At this point I had had enough, and decided to put in an offical complaint. This led to some form of resolution with Clinical Genetics, but as far as neurology was concerned I had come to the conclusion that there was nothing worth pursuing. It seemed a better idea to just let the yearly appoinments lapse, and not bother to see them for a good long while.
So here I am 6 years later, and I’ve requested a neurology appointment. The good news is that after much campaigning by the MDC and service users in the south west region, the NHS has reinstituted the neuromuscular clinics. The South West Neuromuscular Network has been set up.

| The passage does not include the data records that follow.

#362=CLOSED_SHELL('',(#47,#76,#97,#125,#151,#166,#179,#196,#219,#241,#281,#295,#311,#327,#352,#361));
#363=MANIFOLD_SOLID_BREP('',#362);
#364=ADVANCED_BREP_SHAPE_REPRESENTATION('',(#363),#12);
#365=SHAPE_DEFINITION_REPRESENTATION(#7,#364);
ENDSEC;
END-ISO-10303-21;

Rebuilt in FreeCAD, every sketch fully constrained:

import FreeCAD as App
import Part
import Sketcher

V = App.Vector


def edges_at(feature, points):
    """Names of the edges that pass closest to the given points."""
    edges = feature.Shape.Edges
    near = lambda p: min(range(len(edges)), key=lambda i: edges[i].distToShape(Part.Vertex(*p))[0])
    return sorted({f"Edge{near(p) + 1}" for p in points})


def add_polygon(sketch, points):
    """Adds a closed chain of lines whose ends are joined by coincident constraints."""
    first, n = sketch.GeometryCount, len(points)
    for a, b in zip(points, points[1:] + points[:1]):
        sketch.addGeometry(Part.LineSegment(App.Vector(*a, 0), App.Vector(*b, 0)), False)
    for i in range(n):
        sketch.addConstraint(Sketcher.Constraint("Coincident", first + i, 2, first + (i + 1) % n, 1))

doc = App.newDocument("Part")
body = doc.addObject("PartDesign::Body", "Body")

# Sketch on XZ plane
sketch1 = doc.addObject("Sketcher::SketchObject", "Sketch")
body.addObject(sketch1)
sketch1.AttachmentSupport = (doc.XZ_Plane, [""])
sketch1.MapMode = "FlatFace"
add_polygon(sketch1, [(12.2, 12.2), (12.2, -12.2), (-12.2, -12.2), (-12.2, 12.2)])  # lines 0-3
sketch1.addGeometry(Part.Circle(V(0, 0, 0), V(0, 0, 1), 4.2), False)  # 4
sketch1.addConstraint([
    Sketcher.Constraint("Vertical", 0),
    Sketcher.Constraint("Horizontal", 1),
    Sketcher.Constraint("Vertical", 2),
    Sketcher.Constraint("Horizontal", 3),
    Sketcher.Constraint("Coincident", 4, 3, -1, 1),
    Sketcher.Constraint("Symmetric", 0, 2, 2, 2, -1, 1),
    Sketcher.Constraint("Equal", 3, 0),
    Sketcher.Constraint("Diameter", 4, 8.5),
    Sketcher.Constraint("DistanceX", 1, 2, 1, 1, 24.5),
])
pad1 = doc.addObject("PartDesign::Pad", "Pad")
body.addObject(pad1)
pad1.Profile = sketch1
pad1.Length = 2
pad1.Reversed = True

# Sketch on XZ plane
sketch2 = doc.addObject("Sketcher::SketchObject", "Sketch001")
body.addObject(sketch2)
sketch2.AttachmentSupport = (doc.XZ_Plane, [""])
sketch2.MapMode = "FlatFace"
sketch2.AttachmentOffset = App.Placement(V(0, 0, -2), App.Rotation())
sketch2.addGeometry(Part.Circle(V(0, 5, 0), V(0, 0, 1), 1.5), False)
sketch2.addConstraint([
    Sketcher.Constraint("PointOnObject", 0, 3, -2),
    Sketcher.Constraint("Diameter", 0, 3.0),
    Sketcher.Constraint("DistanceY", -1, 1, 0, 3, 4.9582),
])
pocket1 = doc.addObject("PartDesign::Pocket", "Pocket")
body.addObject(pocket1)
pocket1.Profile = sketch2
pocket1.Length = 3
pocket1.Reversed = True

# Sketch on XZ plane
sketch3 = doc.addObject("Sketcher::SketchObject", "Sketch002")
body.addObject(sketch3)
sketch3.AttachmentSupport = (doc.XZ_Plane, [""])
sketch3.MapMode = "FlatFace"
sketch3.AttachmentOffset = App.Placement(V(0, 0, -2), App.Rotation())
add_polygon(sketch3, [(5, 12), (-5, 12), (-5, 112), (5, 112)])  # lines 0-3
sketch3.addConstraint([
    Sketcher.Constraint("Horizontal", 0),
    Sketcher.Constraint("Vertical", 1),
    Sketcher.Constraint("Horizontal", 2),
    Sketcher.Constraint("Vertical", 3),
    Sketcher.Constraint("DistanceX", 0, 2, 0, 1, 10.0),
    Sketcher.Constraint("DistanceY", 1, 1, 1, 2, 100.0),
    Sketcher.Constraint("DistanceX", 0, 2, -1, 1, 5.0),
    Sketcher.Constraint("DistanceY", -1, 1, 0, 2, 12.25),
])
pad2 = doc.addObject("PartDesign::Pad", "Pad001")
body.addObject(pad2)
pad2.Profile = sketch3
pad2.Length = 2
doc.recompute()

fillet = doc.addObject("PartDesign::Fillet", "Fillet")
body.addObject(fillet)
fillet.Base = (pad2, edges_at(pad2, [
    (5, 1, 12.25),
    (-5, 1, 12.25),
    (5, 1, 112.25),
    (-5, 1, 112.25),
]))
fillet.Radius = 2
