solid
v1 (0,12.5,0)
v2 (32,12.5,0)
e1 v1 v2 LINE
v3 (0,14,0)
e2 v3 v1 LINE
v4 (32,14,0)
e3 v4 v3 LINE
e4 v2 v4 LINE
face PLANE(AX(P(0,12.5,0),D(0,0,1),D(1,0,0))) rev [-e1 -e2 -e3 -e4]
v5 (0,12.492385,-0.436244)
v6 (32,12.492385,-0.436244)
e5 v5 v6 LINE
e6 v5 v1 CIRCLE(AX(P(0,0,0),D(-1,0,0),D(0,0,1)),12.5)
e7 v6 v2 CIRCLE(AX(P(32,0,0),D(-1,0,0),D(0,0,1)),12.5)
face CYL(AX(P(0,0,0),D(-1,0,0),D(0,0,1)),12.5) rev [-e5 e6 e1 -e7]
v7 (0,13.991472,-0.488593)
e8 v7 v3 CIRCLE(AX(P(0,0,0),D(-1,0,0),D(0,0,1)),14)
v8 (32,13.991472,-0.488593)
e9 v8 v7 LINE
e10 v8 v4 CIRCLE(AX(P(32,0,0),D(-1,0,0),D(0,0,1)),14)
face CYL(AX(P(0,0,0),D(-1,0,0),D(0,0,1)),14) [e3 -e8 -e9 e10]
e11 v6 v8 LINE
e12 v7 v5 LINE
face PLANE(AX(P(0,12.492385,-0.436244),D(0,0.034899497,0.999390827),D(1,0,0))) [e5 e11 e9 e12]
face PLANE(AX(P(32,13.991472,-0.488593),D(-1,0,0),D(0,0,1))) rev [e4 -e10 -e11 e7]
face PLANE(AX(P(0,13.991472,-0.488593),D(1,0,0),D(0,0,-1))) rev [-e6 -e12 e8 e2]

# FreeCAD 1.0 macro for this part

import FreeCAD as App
import Part
import Sketcher
from FreeCAD import Vector


def add_polygon(sketch, points):
    """Adds a closed chain of lines whose ends are joined by coincident constraints."""
    first, n = sketch.GeometryCount, len(points)
    for a, b in zip(points, points[1:] + points[:1]):
        sketch.addGeometry(Part.LineSegment(App.Vector(*a, 0), App.Vector(*b, 0)), False)
    for i in range(n):
        sketch.addConstraint(Sketcher.Constraint("Coincident", first + i, 2, first + (i + 1) % n, 1))

doc = App.newDocument("Part")
params = doc.addObject("Spreadsheet::Sheet", "Params")
for row, (alias, value) in enumerate([
    ("sketch1_width", "32 mm"),
    ("sketch1_height", "1.5 mm"),
    ("revolution_angle", "358 deg"),
], start=1):
    params.set(f"A{row}", alias)
    params.set(f"B{row}", "=" + value)
    params.setAlias(f"B{row}", alias)

body = doc.addObject("PartDesign::Body", "Body")

# Sketch on XY plane
sketch1 = body.newObject("Sketcher::SketchObject", "Sketch")
sketch1.AttachmentSupport = (doc.getObject("XY_Plane"), [""])
sketch1.MapMode = "FlatFace"
add_polygon(sketch1, [(0, 14), (0, 12.5), (32, 12.5), (32, 14)])  # lines 0-3
sketch1.addConstraint([
    Sketcher.Constraint("Vertical", 0),
    Sketcher.Constraint("Horizontal", 1),
    Sketcher.Constraint("Vertical", 2),
    Sketcher.Constraint("Horizontal", 3),
    Sketcher.Constraint("PointOnObject", 0, 2, -2),
    Sketcher.Constraint("DistanceX", 1, 1, 1, 2, 32.0),
    Sketcher.Constraint("DistanceY", 0, 2, 0, 1, 1.5),
    Sketcher.Constraint("DistanceY", -1, 1, 2, 2, 14.0),
])
sketch1.setExpression("Constraints[9]", "Params.sketch1_width")
sketch1.setExpression("Constraints[10]", "Params.sketch1_height")
revolution = body.newObject("PartDesign::Revolution", "Revolution")
revolution.Profile = sketch1
revolution.ReferenceAxis = (sketch1, ["H_Axis"])
revolution.setExpression("Angle", "Params.revolution_angle")

doc.recompute()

The symptoms that have prompted me to try again, are
1/ the continued problems with upper-mid back, neck and shoulders, which are getting worse. Eleven years on from my first request to see a neuro, and I’m still waiting for them to address this problem!
2/ The start of what appears to be something akin to trigeminal neuralgia. Facial pain, numbness, and headaches.
3/ Further problems with vertigo, tinnitus and hearing loss, probably due to deterioration of my good right ear.
4/ Hip pain and upper leg weakness which has not fully resolved over the years.
5/ And difficulty in maintaining any form of exercise schedule due to continual problems caused by exercise, ie sudden weakness and sensation loss specific to the exercise. My respiratory nurse specialist has suggested I bring this up, as he has suggested further respiratory rehab sessions, but I cannot maintain them becasue of the problems HNPP gives me. Generally I would like to start some coordinated therapy which is on-going and able to adapt to my needs. Mostly, what is offered are 6 week courses, or 6 week sessions of physiotherapy, and then there is very little follow up. I need more continuity than that, something which will build over a period of time, and which is flexible enough to cope with my ever changing conditions.